Now trending: Coping with non-parallel trends in difference-in-differences analysis

Tuesday, June 14, 2016: 3:00 PM
419 (Fisher-Bennett Hall)

Author(s): Andy Ryan; James F. Burgess

Discussant: Matt Sutton

Difference-in-differences (DID) methods are extremely popular in health services and health policy research.  DID methods rely on the “parallel trends” for identification of causal effects. To date, researchers have had little guidance about how to estimate causal effects using DID when the parallel trends assumption is violated.

We performed a Monte Carlo simulation experiment to address this question. The simulation experiment was designed to test the performance of alternative DID estimators when estimating the effect of an imaginary policy on quality. Hospitals were assigned to treatment under three different scenarios: 1) random assignment; 2) assignment in which pre-intervention levels were positively correlated with outcomes; 3) assignment in which pre-intervention levels were positively correlated with trends in outcomes. For scenarios in which assignment was based on pre-intervention levels and trends, assignment probabilities were based on the cumulative density function of the respective empirical distributions. After assignment, alternative program effects were assigned, ranging from no effect, a “small effect” (2%), or a “large” effect (10%). We then estimated alternative DID models that varied with respect to the choice of treating trends. Data were available for thee pre-intervention (years 1, 2, and 3) and three post-intervention periods.

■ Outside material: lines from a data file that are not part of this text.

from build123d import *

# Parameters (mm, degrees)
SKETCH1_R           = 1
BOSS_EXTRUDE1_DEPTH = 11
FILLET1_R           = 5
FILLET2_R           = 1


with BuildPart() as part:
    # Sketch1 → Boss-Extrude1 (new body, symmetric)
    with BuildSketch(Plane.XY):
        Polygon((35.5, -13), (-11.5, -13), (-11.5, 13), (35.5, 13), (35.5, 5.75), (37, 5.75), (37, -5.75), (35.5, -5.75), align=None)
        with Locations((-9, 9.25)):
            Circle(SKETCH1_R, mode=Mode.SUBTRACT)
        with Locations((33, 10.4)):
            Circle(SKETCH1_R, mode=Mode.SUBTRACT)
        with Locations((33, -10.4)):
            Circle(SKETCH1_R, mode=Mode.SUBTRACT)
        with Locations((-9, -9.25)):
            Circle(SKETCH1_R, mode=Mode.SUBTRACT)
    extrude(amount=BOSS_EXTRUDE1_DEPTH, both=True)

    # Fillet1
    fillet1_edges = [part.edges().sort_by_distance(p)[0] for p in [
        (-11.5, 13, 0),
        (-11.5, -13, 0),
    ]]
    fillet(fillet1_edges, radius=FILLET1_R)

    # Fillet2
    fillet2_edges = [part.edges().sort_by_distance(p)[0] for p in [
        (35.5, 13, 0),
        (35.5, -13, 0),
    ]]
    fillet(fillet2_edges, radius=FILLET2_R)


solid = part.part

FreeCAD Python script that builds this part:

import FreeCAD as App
import Part
import Sketcher

V = App.Vector


def edges_at(feature, points):
    """Names of the edges that pass closest to the given points."""
    edges = feature.Shape.Edges
    near = lambda p: min(range(len(edges)), key=lambda i: edges[i].distToShape(Part.Vertex(*p))[0])
    return sorted({f"Edge{near(p) + 1}" for p in points})

doc = App.newDocument("Part")
params = doc.addObject("Spreadsheet::Sheet", "Params")
for row, (alias, value) in enumerate([
    ("sketch1_diameter", "2 mm"),
    ("sketch1_width", "47 mm"),
    ("sketch1_height", "26 mm"),
    ("sketch1_width2", "1.5 mm"),
    ("sketch1_height2", "11.5 mm"),
    ("pad1_length", "22 mm"),
    ("fillet_radius", "5 mm"),
    ("fillet2_radius", "1 mm"),
], start=1):
    params.set(f"A{row}", alias)
    params.set(f"B{row}", "=" + value)
    params.setAlias(f"B{row}", alias)

body = doc.addObject("PartDesign::Body", "Body")

# Sketch on XY plane
sketch1 = body.newObject("Sketcher::SketchObject", "Sketch")
sketch1.AttachmentSupport = (doc.getObject("XY_Plane"), [""])
sketch1.MapMode = "FlatFace"
sketch1.addGeometry(Part.LineSegment(V(-11.5, -13, 0), V(35.5, -13, 0)), False)
sketch1.addGeometry(Part.LineSegment(V(35.5, -13, 0), V(35.5, -5.8, 0)), False)
sketch1.addGeometry(Part.LineSegment(V(35.5, -5.8, 0), V(37, -5.8, 0)), False)
sketch1.addGeometry(Part.LineSegment(V(37, -5.8, 0), V(37, 5.8, 0)), False)
sketch1.addGeometry(Part.LineSegment(V(37, 5.8, 0), V(35.5, 5.8, 0)), False)
sketch1.addGeometry(Part.LineSegment(V(35.5, 5.8, 0), V(35.5, 13, 0)), False)
sketch1.addGeometry(Part.LineSegment(V(35.5, 13, 0), V(-11.5, 13, 0)), False)
sketch1.addGeometry(Part.LineSegment(V(-11.5, 13, 0), V(-11.5, -13, 0)), False)
sketch1.addGeometry(Part.Circle(V(33, -10.4, 0), V(0, 0, 1), 1), False)
sketch1.addGeometry(Part.Circle(V(-9, -9.2, 0), V(0, 0, 1), 1), False)
sketch1.addGeometry(Part.Circle(V(33, 10.4, 0), V(0, 0, 1), 1), False)
sketch1.addGeometry(Part.Circle(V(-9, 9.2, 0), V(0, 0, 1), 1), False)
sketch1.addConstraint(Sketcher.Constraint("Coincident", 0, 2, 1, 1))
sketch1.addConstraint(Sketcher.Constraint("Coincident", 1, 2, 2, 1))
sketch1.addConstraint(Sketcher.Constraint("Coincident", 2, 2, 3, 1))
sketch1.addConstraint(Sketcher.Constraint("Coincident", 3, 2, 4, 1))
sketch1.addConstraint(Sketcher.Constraint("Coincident", 4, 2, 5, 1))
sketch1.addConstraint(Sketcher.Constraint("Coincident", 5, 2, 6, 1))
sketch1.addConstraint(Sketcher.Constraint("Coincident", 6, 2, 7, 1))
sketch1.addConstraint(Sketcher.Constraint("Coincident", 7, 2, 0, 1))
sketch1.addConstraint(Sketcher.Constraint("Horizontal", 0))
sketch1.addConstraint(Sketcher.Constraint("Vertical", 1))
sketch1.addConstraint(Sketcher.Constraint("Horizontal", 2))
sketch1.addConstraint(Sketcher.Constraint("Vertical", 3))
sketch1.addConstraint(Sketcher.Constraint("Horizontal", 4))
sketch1.addConstraint(Sketcher.Constraint("Vertical", 5))
sketch1.addConstraint(Sketcher.Constraint("Horizontal", 6))
sketch1.addConstraint(Sketcher.Constraint("Vertical", 7))
sketch1.addConstraint(Sketcher.Constraint("Equal", 8, 9))
sketch1.addConstraint(Sketcher.Constraint("Equal", 9, 10))
sketch1.addConstraint(Sketcher.Constraint("Equal", 10, 11))
sketch1.addConstraint(Sketcher.Constraint("Symmetric", 8, 3, 10, 3, -1))
sketch1.addConstraint(Sketcher.Constraint("Symmetric", 9, 3, 11, 3, -1))
sketch1.addConstraint(Sketcher.Constraint("Symmetric", 1, 2, 4, 2, -1))
sketch1.addConstraint(Sketcher.Constraint("Equal", 1, 5))
sketch1.addConstraint(Sketcher.Constraint("Diameter", 8, 2.0))
sketch1.addConstraint(Sketcher.Constraint("DistanceX", 0, 1, 0, 2, 47.0))
sketch1.addConstraint(Sketcher.Constraint("DistanceY", 7, 2, 7, 1, 26.0))
sketch1.addConstraint(Sketcher.Constraint("DistanceX", 2, 1, 2, 2, 1.5))
sketch1.addConstraint(Sketcher.Constraint("DistanceY", 3, 1, 3, 2, 11.5))
sketch1.addConstraint(Sketcher.Constraint("DistanceX", -1, 1, 8, 3, 33.0))
sketch1.addConstraint(Sketcher.Constraint("DistanceX", 9, 3, -1, 1, 9.0))
sketch1.addConstraint(Sketcher.Constraint("DistanceX", -1, 1, 2, 2, 37.0))
sketch1.addConstraint(Sketcher.Constraint("DistanceY", 1, 2, 11, 3, 15.0))
sketch1.addConstraint(Sketcher.Constraint("DistanceY", 8, 3, -1, 1, 10.4))
sketch1.setExpression("Constraints[23]", "Params.sketch1_diameter")
sketch1.setExpression("Constraints[24]", "Params.sketch1_width")
sketch1.setExpression("Constraints[25]", "Params.sketch1_height")
sketch1.setExpression("Constraints[26]", "Params.sketch1_width2")
sketch1.setExpression("Constraints[27]", "Params.sketch1_height2")
pad1 = body.newObject("PartDesign::Pad", "Pad")
pad1.Profile = sketch1
pad1.setExpression("Length", "Params.pad1_length")
pad1.Midplane = True
doc.recompute()

fillet = body.newObject("PartDesign::Fillet", "Fillet")
fillet.Base = (pad1, edges_at(pad1, [(-11.5, 13, 0), (-11.5, -13, 0)]))
fillet.setExpression("Radius", "Params.fillet_radius")
doc.recompute()

fillet2 = body.newObject("PartDesign::Fillet", "Fillet001")
fillet2.Base = (fillet, edges_at(fillet, [(35.5, 13, 0), (35.5, -13, 0)]))
fillet2.setExpression("Radius", "Params.fillet2_radius")

doc.recompute()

Our simulation experiment was run for 200 iterations using each of the three assignment scenarios using each of the datasets (200 iterations ∙ 3 scenarios ∙ 2 data sets = 1,200 simulation iterations). For each simulation iteration, we captured the rate of false rejection (i.e., type II error), the mean absolute error, and mean-squared error between estimated program effects and their true value.

Our findings support two main conclusions when the parallel trends assumption is violated: 1) the use of propensity score matching estimators results in much lower estimator bias and type II error than specifications that adjust for differences in pre-intervention trends; 2) the performance of estimators that adjust for differences in pre-intervention trends is worse than the standard DID estimator. Supplemental analysis examining DID estimators that controlled for group-specific trends found that these estimators were very sensitive to differences in pre-intervention trends between treatment and comparison groups. When treatment and comparison groups have divergent trends in the pre-intervention period, instead of maintaining these divergent trends, they are more likely to converge in the post-intervention period. As a result, DID estimators that assume that divergent pre-intervention trends will continue in the post-intervention period tended to produce incorrect counterfactuals.

We use these results to develop practical advice for researchers who seek to apply DID methods to problems in health services research and health policy.